### [What you will do]
There is one span to output from the data below: the lines starting at the line with "extrude(amount=-CUT_EXTRUDE18_DEPTH, mode=Mode.SUBTRACT)" and ending at the line with "# Sketch29 → Cut-Extrude22 (cut)". Output it exactly, ends included, nothing more.

►

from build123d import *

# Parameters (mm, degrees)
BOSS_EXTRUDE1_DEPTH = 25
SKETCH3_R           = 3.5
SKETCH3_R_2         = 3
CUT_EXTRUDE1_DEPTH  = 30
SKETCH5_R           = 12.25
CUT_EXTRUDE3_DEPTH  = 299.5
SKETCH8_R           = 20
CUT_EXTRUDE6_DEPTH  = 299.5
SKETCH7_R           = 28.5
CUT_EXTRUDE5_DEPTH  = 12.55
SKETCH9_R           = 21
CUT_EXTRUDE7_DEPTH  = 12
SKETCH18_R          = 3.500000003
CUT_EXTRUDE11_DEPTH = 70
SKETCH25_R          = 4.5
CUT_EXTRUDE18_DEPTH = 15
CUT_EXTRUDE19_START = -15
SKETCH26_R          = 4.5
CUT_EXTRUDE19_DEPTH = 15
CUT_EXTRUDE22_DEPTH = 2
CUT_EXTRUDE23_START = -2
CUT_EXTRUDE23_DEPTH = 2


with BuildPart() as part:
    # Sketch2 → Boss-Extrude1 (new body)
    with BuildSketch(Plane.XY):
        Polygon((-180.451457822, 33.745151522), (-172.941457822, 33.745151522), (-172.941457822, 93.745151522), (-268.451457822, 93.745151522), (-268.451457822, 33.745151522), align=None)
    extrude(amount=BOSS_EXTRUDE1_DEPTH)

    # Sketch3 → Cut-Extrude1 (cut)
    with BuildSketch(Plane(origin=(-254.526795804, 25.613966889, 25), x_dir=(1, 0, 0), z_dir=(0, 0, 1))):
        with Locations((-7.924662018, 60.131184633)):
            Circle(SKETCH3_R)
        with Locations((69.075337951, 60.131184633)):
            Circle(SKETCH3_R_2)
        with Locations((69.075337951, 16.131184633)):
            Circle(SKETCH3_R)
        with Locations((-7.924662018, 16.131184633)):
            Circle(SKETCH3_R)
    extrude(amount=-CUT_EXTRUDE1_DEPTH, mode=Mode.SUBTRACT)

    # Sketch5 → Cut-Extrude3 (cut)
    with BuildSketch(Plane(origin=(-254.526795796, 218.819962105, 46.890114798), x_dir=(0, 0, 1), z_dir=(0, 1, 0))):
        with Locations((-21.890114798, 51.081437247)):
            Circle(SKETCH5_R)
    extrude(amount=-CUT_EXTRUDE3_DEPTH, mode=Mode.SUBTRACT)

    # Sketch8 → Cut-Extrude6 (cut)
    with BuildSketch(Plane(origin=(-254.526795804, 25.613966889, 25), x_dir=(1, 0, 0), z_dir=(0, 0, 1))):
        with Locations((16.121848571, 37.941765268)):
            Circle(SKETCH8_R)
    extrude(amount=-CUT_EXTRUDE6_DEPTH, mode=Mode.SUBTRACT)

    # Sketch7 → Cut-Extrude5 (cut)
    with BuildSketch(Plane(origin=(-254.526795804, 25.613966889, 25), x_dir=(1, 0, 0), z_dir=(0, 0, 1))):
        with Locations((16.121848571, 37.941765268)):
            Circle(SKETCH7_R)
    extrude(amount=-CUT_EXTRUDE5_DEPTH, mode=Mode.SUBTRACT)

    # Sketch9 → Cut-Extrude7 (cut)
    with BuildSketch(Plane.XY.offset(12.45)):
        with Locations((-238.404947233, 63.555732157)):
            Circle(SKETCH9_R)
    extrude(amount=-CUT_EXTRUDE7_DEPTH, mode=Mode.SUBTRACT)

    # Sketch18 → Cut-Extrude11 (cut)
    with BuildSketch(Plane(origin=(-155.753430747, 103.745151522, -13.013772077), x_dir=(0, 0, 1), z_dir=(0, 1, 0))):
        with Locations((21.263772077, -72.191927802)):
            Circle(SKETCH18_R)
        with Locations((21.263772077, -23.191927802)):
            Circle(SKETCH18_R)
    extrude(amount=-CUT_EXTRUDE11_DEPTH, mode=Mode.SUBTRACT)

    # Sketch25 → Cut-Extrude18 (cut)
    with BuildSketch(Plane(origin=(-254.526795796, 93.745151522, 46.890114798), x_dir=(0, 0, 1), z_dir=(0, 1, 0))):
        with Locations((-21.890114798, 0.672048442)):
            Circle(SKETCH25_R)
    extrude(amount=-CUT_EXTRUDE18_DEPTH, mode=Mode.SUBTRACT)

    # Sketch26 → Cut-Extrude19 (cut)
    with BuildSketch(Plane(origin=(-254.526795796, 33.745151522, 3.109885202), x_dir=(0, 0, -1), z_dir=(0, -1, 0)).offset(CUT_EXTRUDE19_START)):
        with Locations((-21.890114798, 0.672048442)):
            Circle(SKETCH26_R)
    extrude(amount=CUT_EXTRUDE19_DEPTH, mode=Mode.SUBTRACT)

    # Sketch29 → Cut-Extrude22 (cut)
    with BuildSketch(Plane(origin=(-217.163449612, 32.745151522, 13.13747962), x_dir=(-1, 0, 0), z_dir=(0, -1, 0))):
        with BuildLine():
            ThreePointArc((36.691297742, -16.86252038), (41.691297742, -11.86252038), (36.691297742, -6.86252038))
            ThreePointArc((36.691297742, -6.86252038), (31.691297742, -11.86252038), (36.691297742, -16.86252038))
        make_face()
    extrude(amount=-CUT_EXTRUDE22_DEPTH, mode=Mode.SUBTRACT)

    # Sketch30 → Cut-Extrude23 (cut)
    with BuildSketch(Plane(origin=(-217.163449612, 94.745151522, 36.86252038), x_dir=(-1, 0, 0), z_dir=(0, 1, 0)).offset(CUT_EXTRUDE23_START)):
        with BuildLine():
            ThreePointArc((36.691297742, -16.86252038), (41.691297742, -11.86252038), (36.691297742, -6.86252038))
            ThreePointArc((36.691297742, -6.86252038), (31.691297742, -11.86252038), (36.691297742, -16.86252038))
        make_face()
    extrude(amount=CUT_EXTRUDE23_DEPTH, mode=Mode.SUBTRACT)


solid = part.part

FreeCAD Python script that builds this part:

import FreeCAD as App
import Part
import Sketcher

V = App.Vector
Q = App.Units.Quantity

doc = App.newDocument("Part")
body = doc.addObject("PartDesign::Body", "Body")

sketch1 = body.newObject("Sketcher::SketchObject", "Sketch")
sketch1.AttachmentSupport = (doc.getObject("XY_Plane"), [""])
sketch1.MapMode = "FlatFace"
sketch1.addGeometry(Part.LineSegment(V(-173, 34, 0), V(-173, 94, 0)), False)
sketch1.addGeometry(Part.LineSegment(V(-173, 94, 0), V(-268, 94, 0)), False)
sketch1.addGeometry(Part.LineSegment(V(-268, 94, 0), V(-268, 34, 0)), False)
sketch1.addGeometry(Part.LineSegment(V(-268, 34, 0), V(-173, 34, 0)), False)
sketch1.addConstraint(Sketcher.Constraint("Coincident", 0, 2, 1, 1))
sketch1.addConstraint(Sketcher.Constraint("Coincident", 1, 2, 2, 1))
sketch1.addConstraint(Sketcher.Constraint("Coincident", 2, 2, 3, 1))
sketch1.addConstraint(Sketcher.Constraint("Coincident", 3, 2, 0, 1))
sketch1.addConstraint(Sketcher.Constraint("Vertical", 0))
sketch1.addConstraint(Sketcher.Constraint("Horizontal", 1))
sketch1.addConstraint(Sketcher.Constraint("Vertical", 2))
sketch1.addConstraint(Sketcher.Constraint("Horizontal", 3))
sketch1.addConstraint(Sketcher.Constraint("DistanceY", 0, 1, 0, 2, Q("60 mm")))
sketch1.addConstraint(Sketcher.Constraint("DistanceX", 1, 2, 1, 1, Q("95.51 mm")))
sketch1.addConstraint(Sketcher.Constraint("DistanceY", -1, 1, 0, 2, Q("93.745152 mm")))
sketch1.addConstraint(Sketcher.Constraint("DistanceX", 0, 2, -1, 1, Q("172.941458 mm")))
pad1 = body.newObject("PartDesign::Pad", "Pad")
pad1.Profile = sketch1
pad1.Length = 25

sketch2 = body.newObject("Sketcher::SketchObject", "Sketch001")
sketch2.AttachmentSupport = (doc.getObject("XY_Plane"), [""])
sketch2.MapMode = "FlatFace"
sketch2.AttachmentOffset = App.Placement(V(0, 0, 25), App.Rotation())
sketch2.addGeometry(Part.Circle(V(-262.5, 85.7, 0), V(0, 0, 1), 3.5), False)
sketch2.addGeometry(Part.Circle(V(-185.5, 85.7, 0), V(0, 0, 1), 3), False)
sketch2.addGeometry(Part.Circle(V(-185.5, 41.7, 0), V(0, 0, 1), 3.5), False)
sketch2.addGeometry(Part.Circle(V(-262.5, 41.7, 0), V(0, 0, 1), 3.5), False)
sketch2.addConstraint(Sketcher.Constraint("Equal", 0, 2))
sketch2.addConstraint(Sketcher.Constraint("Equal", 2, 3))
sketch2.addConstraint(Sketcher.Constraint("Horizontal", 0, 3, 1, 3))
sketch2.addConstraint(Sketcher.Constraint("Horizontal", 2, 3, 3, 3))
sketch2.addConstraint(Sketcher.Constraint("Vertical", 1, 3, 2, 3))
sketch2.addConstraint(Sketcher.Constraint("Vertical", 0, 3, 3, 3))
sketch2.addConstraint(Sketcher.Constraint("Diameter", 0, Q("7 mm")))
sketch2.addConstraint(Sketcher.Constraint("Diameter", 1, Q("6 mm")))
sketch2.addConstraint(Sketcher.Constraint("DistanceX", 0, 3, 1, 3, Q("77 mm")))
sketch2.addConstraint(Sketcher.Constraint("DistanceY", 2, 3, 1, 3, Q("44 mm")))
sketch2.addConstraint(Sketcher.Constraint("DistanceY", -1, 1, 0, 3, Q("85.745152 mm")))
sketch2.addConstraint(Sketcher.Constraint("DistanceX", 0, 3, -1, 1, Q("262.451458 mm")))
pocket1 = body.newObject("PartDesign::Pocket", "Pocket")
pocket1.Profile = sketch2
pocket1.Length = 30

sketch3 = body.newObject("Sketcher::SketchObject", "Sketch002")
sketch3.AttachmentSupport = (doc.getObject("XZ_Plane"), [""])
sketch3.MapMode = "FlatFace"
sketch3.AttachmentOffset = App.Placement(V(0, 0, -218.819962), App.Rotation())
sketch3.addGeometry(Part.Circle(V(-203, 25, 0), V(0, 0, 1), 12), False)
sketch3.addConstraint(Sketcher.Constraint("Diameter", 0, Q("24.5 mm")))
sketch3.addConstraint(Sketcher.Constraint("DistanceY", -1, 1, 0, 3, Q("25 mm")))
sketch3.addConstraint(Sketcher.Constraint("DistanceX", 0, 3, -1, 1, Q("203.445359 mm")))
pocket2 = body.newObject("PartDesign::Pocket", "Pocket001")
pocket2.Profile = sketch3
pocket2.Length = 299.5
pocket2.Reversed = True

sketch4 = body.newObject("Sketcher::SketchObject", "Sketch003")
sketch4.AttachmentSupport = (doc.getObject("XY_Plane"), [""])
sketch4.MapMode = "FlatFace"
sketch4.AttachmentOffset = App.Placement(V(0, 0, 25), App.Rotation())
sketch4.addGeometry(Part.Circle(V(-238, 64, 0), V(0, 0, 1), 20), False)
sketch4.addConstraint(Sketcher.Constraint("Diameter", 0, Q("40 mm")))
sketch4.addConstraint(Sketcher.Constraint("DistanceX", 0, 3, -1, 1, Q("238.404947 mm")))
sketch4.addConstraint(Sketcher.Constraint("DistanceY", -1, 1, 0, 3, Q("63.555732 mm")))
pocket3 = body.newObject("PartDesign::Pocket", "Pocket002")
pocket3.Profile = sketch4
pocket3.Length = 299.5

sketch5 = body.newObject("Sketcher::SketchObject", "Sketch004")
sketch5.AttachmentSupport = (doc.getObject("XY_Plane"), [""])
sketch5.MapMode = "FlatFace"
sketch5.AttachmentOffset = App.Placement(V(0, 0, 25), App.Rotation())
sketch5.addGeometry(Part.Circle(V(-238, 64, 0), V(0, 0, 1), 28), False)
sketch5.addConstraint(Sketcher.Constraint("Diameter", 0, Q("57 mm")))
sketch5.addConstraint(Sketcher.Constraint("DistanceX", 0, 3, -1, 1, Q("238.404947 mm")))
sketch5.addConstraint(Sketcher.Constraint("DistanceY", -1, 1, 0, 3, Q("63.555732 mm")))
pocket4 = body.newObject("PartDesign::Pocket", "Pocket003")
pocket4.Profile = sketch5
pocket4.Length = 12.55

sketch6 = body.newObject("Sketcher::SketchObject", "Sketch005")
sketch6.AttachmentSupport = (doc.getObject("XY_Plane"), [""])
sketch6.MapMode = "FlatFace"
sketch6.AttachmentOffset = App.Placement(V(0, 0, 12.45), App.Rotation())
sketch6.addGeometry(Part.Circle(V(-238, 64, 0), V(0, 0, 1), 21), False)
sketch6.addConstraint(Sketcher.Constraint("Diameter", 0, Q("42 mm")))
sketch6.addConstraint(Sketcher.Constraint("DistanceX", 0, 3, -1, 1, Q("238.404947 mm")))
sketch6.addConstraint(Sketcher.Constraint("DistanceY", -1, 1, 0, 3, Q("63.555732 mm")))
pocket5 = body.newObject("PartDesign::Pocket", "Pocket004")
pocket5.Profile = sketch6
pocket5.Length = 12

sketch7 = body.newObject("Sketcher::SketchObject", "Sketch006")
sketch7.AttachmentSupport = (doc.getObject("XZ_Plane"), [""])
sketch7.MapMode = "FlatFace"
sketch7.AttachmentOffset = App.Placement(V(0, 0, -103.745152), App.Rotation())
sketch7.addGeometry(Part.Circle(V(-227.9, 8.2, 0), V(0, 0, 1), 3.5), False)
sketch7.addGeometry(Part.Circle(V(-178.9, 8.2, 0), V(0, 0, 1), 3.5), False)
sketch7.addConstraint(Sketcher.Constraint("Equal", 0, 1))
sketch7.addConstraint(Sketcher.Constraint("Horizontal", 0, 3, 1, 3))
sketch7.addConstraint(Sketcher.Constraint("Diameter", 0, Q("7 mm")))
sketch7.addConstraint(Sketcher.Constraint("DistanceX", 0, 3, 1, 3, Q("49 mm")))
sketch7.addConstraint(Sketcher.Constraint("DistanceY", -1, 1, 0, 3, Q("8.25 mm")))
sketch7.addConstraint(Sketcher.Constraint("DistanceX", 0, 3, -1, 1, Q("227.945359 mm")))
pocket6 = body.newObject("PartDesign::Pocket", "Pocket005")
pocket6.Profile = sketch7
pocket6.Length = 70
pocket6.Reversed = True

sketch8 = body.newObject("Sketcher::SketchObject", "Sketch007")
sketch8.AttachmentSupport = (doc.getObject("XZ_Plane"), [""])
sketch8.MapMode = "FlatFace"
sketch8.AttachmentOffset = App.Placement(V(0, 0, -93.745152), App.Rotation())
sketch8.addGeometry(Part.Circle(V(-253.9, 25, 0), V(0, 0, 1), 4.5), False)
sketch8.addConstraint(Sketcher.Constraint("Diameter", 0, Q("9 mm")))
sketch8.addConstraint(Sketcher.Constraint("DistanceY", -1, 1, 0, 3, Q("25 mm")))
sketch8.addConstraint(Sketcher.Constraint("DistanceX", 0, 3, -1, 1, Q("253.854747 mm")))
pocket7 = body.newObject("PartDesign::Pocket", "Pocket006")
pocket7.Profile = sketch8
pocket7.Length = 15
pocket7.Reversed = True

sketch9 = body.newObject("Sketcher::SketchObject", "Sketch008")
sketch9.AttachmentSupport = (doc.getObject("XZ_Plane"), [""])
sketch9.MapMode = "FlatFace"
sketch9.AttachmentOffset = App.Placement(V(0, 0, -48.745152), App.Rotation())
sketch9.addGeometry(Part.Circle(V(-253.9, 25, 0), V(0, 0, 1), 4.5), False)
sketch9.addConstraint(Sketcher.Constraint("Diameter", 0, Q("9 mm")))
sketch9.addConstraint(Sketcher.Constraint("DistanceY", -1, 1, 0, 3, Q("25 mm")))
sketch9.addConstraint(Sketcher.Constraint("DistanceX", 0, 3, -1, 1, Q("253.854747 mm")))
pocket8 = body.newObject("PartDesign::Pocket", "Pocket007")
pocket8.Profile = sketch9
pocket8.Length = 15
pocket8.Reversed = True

◄

### [Result of the task]
    extrude(amount=-CUT_EXTRUDE18_DEPTH, mode=Mode.SUBTRACT)

    # Sketch26 → Cut-Extrude19 (cut)
    with BuildSketch(Plane(origin=(-254.526795796, 33.745151522, 3.109885202), x_dir=(0, 0, -1), z_dir=(0, -1, 0)).offset(CUT_EXTRUDE19_START)):
        with Locations((-21.890114798, 0.672048442)):
            Circle(SKETCH26_R)
    extrude(amount=CUT_EXTRUDE19_DEPTH, mode=Mode.SUBTRACT)

    # Sketch29 → Cut-Extrude22 (cut)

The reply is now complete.